Portanto, face ao entendimento prevalente, tanto na doutrina, quanto na jurisprudência, havendo concurso material de crimes, as penas mínimas dos delitos devem ser somadas, e havendo concurso formal ou crime continuado é necessário considerar a pena mínima do delito mais grave, somada pela majorante, para, assim, aferir a presença ou não do requisito objetivo da suspensão condicional do processo.
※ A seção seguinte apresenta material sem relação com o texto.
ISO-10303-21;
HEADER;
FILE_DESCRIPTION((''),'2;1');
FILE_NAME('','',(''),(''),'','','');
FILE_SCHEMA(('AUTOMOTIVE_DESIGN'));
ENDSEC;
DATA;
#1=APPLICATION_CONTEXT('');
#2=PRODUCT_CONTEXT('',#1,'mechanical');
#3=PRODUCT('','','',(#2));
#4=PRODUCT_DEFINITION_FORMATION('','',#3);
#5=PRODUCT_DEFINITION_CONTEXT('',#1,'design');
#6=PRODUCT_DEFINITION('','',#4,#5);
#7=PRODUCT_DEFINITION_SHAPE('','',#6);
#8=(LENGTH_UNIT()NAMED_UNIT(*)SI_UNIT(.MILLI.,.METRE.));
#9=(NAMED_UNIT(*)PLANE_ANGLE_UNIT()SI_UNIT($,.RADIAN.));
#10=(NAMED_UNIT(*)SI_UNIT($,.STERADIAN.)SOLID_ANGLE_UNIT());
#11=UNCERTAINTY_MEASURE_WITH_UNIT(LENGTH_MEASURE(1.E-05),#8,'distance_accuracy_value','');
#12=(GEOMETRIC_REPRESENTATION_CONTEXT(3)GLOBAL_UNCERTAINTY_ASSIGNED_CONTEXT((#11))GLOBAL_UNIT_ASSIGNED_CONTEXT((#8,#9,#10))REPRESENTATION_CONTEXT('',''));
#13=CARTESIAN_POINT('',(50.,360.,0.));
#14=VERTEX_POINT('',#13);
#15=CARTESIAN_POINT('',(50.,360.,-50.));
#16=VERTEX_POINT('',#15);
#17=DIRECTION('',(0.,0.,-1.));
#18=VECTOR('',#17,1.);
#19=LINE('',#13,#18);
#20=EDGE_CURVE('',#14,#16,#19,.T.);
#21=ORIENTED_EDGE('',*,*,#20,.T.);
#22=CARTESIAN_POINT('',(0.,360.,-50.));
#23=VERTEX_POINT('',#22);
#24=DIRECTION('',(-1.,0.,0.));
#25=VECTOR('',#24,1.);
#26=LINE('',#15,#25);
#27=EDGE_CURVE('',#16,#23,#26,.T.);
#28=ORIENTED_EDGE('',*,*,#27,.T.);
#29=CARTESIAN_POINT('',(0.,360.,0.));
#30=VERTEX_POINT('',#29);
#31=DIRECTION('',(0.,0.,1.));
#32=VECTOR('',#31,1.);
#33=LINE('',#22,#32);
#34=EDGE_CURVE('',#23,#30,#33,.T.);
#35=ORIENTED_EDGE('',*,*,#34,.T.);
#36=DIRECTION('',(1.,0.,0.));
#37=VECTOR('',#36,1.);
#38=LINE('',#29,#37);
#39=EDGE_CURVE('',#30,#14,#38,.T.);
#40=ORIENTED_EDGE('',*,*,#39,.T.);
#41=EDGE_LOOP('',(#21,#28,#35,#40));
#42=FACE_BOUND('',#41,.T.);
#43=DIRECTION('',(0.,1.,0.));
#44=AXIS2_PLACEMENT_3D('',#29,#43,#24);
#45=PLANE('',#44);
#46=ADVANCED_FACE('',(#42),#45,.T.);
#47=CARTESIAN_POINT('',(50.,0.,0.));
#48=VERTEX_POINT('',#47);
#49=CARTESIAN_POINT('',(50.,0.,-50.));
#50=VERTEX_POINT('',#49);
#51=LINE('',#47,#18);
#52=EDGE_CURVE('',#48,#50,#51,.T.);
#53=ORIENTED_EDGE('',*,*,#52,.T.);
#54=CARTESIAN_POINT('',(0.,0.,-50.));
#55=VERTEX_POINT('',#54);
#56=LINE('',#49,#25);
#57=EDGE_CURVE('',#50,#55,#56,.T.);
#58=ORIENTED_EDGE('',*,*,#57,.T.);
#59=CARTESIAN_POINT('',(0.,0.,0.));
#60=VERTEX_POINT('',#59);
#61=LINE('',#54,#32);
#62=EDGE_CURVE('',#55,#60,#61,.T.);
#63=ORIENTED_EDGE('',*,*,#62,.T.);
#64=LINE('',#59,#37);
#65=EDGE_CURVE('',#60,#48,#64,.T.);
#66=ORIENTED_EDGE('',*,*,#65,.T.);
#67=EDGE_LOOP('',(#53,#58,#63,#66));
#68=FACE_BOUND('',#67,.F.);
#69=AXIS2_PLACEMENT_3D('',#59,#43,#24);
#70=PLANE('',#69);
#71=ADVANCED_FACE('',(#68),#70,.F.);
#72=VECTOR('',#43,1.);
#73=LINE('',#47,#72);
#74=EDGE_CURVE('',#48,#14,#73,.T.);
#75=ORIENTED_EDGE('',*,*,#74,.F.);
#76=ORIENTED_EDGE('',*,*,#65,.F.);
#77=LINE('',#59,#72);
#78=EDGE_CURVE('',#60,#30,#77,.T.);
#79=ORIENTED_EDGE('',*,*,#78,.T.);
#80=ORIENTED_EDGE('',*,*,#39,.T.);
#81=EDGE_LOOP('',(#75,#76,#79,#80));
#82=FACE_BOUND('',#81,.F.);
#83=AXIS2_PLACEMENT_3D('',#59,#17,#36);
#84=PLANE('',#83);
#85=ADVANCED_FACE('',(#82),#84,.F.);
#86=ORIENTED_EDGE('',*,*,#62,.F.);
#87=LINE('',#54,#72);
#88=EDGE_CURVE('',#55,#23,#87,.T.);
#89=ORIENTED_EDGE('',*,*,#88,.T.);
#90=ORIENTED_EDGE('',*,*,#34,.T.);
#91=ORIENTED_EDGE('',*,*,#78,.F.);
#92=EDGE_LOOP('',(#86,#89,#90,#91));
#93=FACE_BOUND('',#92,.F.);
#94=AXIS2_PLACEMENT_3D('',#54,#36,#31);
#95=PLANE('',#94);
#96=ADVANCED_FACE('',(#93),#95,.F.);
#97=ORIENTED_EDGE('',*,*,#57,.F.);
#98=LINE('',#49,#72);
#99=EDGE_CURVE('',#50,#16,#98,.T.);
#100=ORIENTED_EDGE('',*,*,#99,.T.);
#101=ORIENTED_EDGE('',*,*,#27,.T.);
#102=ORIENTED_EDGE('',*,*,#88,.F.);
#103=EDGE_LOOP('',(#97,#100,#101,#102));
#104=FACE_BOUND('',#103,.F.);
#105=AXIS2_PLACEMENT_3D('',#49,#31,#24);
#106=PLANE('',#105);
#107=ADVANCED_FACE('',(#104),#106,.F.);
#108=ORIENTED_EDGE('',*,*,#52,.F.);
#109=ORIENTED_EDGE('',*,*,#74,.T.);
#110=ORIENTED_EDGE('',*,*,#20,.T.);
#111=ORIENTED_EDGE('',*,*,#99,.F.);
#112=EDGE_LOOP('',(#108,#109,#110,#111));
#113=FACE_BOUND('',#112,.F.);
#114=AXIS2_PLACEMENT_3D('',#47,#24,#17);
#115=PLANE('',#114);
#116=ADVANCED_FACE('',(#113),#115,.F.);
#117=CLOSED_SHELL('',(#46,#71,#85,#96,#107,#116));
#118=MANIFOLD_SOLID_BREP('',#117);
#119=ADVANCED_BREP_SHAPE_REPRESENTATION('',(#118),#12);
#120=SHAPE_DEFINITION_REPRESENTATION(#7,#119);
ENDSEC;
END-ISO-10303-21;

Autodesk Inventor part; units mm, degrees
ref_plane "YZ Plane" through (0, 0, 0) normal (1, 0, 0) x (0, 1, 0)
ref_plane "XZ Plane" through (0, 0, 0) normal (0, 1, 0) x (-1, 0, 0)
ref_plane "XY Plane" through (0, 0, 0) normal (0, 0, 1) x (1, 0, 0)
sketch "Boceto1" plane through (0, 0, 0) normal (0, 1, 0) x (-1, 0, 0)
  line L0 (0, 0) -> (-50, 0)
  line L1 (-50, 0) -> (-50, -50)
  line L2 (-50, -50) -> (0, -50)
  line L3 (0, -50) -> (0, 0)
  dimension "d0" = 50
  dimension "d1" = 50
extrude "Extrusión1" add sketch "Boceto1" along normal blind 360
properties part number "Sop vertical"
1.5.1.1.3 Sobre a correta tipificação do delito
Vladimir Brega Filho adverte que é fundamental a correta tipificação do delito, uma vez que inclusão pela acusação erroneamente de uma qualificadora ou causa de aumento de pena, por exemplo, pode fazer com que o requisito objetivo não seja preenchido indevidamente. Deste modo, percebendo o excesso o juiz deve receber a inicial sem ele e, assim, sendo preenchido o requisito objetivo deve instar a acusação a se manifestar sobre o cabimento da suspensão condicional do processo (2006, p. 103).
Caso o representante do Ministério Público permaneça inerte, o magistrado pode aplicar por analogia o art. 28 do Código de Processo Penal e remeter os autos ao procurador-geral de justiça para que analise a questão e caso entenda pelo cabimento da aplicação da suspensão condicional do processo ou formule a proposta, ou designe outro promotor de justiça para fazê-lo.
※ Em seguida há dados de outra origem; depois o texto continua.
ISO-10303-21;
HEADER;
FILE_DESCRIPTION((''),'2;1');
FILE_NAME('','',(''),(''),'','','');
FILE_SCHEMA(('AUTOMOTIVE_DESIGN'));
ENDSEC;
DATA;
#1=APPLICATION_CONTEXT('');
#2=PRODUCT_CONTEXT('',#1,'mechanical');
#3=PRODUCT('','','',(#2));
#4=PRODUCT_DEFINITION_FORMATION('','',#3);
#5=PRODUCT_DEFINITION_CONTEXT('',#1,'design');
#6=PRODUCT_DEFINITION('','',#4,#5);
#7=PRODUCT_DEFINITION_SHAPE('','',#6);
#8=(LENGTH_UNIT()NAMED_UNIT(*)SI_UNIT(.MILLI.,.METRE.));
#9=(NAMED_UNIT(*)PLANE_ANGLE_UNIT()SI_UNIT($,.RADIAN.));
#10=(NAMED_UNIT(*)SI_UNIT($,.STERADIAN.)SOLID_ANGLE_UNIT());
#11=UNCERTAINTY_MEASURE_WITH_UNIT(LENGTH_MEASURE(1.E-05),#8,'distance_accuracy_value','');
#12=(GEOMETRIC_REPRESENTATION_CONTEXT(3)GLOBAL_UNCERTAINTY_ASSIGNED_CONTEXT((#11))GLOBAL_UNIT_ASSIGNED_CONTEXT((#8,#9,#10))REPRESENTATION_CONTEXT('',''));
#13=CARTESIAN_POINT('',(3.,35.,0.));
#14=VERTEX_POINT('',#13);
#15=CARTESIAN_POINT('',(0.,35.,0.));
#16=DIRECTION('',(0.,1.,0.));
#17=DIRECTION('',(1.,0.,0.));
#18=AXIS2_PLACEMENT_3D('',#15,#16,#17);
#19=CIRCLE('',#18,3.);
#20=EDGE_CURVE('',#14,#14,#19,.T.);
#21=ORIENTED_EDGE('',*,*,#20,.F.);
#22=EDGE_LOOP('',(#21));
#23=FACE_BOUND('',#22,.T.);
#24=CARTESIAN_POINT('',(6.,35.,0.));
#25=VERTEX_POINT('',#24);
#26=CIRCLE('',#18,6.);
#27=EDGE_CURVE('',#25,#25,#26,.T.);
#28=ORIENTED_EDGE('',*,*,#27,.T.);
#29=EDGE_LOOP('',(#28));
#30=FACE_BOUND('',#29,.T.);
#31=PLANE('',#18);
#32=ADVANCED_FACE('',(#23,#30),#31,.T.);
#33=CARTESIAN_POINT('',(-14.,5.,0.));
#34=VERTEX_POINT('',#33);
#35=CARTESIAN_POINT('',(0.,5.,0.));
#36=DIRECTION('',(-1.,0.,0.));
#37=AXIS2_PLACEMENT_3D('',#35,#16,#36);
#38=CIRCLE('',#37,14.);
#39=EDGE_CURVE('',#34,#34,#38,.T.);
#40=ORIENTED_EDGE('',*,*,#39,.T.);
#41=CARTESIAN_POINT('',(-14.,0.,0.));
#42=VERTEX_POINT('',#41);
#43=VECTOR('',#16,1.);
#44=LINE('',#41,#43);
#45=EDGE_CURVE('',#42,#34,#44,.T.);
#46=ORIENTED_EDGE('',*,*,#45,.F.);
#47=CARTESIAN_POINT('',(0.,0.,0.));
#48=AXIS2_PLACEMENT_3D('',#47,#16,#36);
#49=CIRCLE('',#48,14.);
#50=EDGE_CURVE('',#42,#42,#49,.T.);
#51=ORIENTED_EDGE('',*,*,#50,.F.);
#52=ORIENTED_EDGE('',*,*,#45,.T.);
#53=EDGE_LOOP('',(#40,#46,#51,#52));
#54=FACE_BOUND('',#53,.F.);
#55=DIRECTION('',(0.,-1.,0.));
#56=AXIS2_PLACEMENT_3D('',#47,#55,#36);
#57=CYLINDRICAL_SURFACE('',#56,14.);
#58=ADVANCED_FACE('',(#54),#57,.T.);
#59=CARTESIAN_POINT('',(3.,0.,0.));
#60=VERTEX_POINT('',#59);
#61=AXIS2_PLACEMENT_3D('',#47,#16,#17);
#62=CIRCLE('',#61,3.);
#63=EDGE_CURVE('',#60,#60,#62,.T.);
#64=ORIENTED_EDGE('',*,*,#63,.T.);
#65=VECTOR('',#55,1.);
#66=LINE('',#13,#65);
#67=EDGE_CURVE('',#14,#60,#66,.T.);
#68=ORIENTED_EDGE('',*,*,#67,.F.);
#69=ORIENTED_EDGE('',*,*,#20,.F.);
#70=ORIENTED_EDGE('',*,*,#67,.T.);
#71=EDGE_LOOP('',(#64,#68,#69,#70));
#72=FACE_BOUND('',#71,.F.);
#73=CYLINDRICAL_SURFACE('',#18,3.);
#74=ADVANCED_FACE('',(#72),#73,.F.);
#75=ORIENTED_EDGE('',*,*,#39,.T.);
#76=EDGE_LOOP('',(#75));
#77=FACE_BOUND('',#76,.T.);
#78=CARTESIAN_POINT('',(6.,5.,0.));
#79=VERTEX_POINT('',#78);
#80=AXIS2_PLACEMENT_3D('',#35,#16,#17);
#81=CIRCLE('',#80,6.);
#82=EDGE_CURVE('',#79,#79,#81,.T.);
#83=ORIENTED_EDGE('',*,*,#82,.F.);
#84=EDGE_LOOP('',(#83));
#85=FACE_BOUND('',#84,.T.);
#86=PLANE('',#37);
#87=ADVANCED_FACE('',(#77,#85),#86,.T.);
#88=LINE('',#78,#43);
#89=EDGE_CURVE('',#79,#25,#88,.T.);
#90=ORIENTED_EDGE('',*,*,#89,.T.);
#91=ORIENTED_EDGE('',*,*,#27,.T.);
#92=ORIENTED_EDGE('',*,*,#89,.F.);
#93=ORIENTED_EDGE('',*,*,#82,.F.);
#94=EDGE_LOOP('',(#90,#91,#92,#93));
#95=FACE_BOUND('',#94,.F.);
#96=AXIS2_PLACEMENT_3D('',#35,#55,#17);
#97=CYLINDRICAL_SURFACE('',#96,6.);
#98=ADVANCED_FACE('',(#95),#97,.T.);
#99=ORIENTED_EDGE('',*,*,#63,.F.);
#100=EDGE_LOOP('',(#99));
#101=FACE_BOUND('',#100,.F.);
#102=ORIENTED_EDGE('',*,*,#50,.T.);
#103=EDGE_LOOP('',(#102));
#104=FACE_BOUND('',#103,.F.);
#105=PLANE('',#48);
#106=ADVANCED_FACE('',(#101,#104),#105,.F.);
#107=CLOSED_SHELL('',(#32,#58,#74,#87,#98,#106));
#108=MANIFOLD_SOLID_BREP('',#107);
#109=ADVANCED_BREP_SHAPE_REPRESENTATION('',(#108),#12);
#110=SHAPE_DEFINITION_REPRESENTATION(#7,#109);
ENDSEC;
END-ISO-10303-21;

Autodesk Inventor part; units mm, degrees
ref_plane "YZ Plane" through (0, 0, 0) normal (1, 0, 0) x (0, 1, 0)
ref_plane "XZ Plane" through (0, 0, 0) normal (0, 1, 0) x (-1, 0, 0)
ref_plane "XY Plane" through (0, 0, 0) normal (0, 0, 1) x (1, 0, 0)
sketch "Sketch1" plane through (0, 0, 0) normal (0, 1, 0) x (-1, 0, 0)
  circle A0 centre (0, 0) radius 14
  dimension "d0" = 28
extrude "Extrusion1" add sketch "Sketch1" along normal blind 5
sketch "Sketch2" plane through (0, 5, 0) normal (0, 1, 0) x (1, 0, 0)
  circle A0 centre (0, 0) radius 6
  dimension "d3" = 12
extrude "Extrusion2" add sketch "Sketch2" along normal blind 30
sketch "Sketch3" plane through (0, 35, 0) normal (0, 1, 0) x (1, 0, 0)
  circle A0 centre (0, 0) radius 3
  dimension "d6" = 6
extrude "Extrusion3" cut sketch "Sketch3" against normal blind 35
equation "\"d0\" = WWW_D1"
equation "\"d1\" = WWW_H"
equation "\"d3\" = WWW_D"
equation "\"d4\" = WWW_L - WWW_H"
equation "\"d6\" = WWW_dr"
equation "\"d7\" = WWW_L"
equation "\"WWW_D1\" = 28"
equation "\"WWW_H\" = 5"
equation "\"WWW_D\" = 12"
equation "\"WWW_L\" = 35"
equation "\"WWW_dr\" = 6"
properties part number "ogolne_lozysko_liniowe"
Do mesmo modo, percebendo proposta indevida, e tipificação aquém da real o magistrado deve aplicar por analogia o art. 28 do CPP (BREGA FILHO, 2006, p. 103).
1.5.1.2 Subjetivos
1.5.1.2.1 Ausência de condenação anterior pela prática de crime
Como a lei refere-se ao gênero crime, pouco importa se a condenação anterior se deu por crime culposo, doloso, tentado ou consumado (GRINOVER, et. al, 2005, p. 308), basta que tenha sido por crime (BREGA FILHO, 2006, p. 103).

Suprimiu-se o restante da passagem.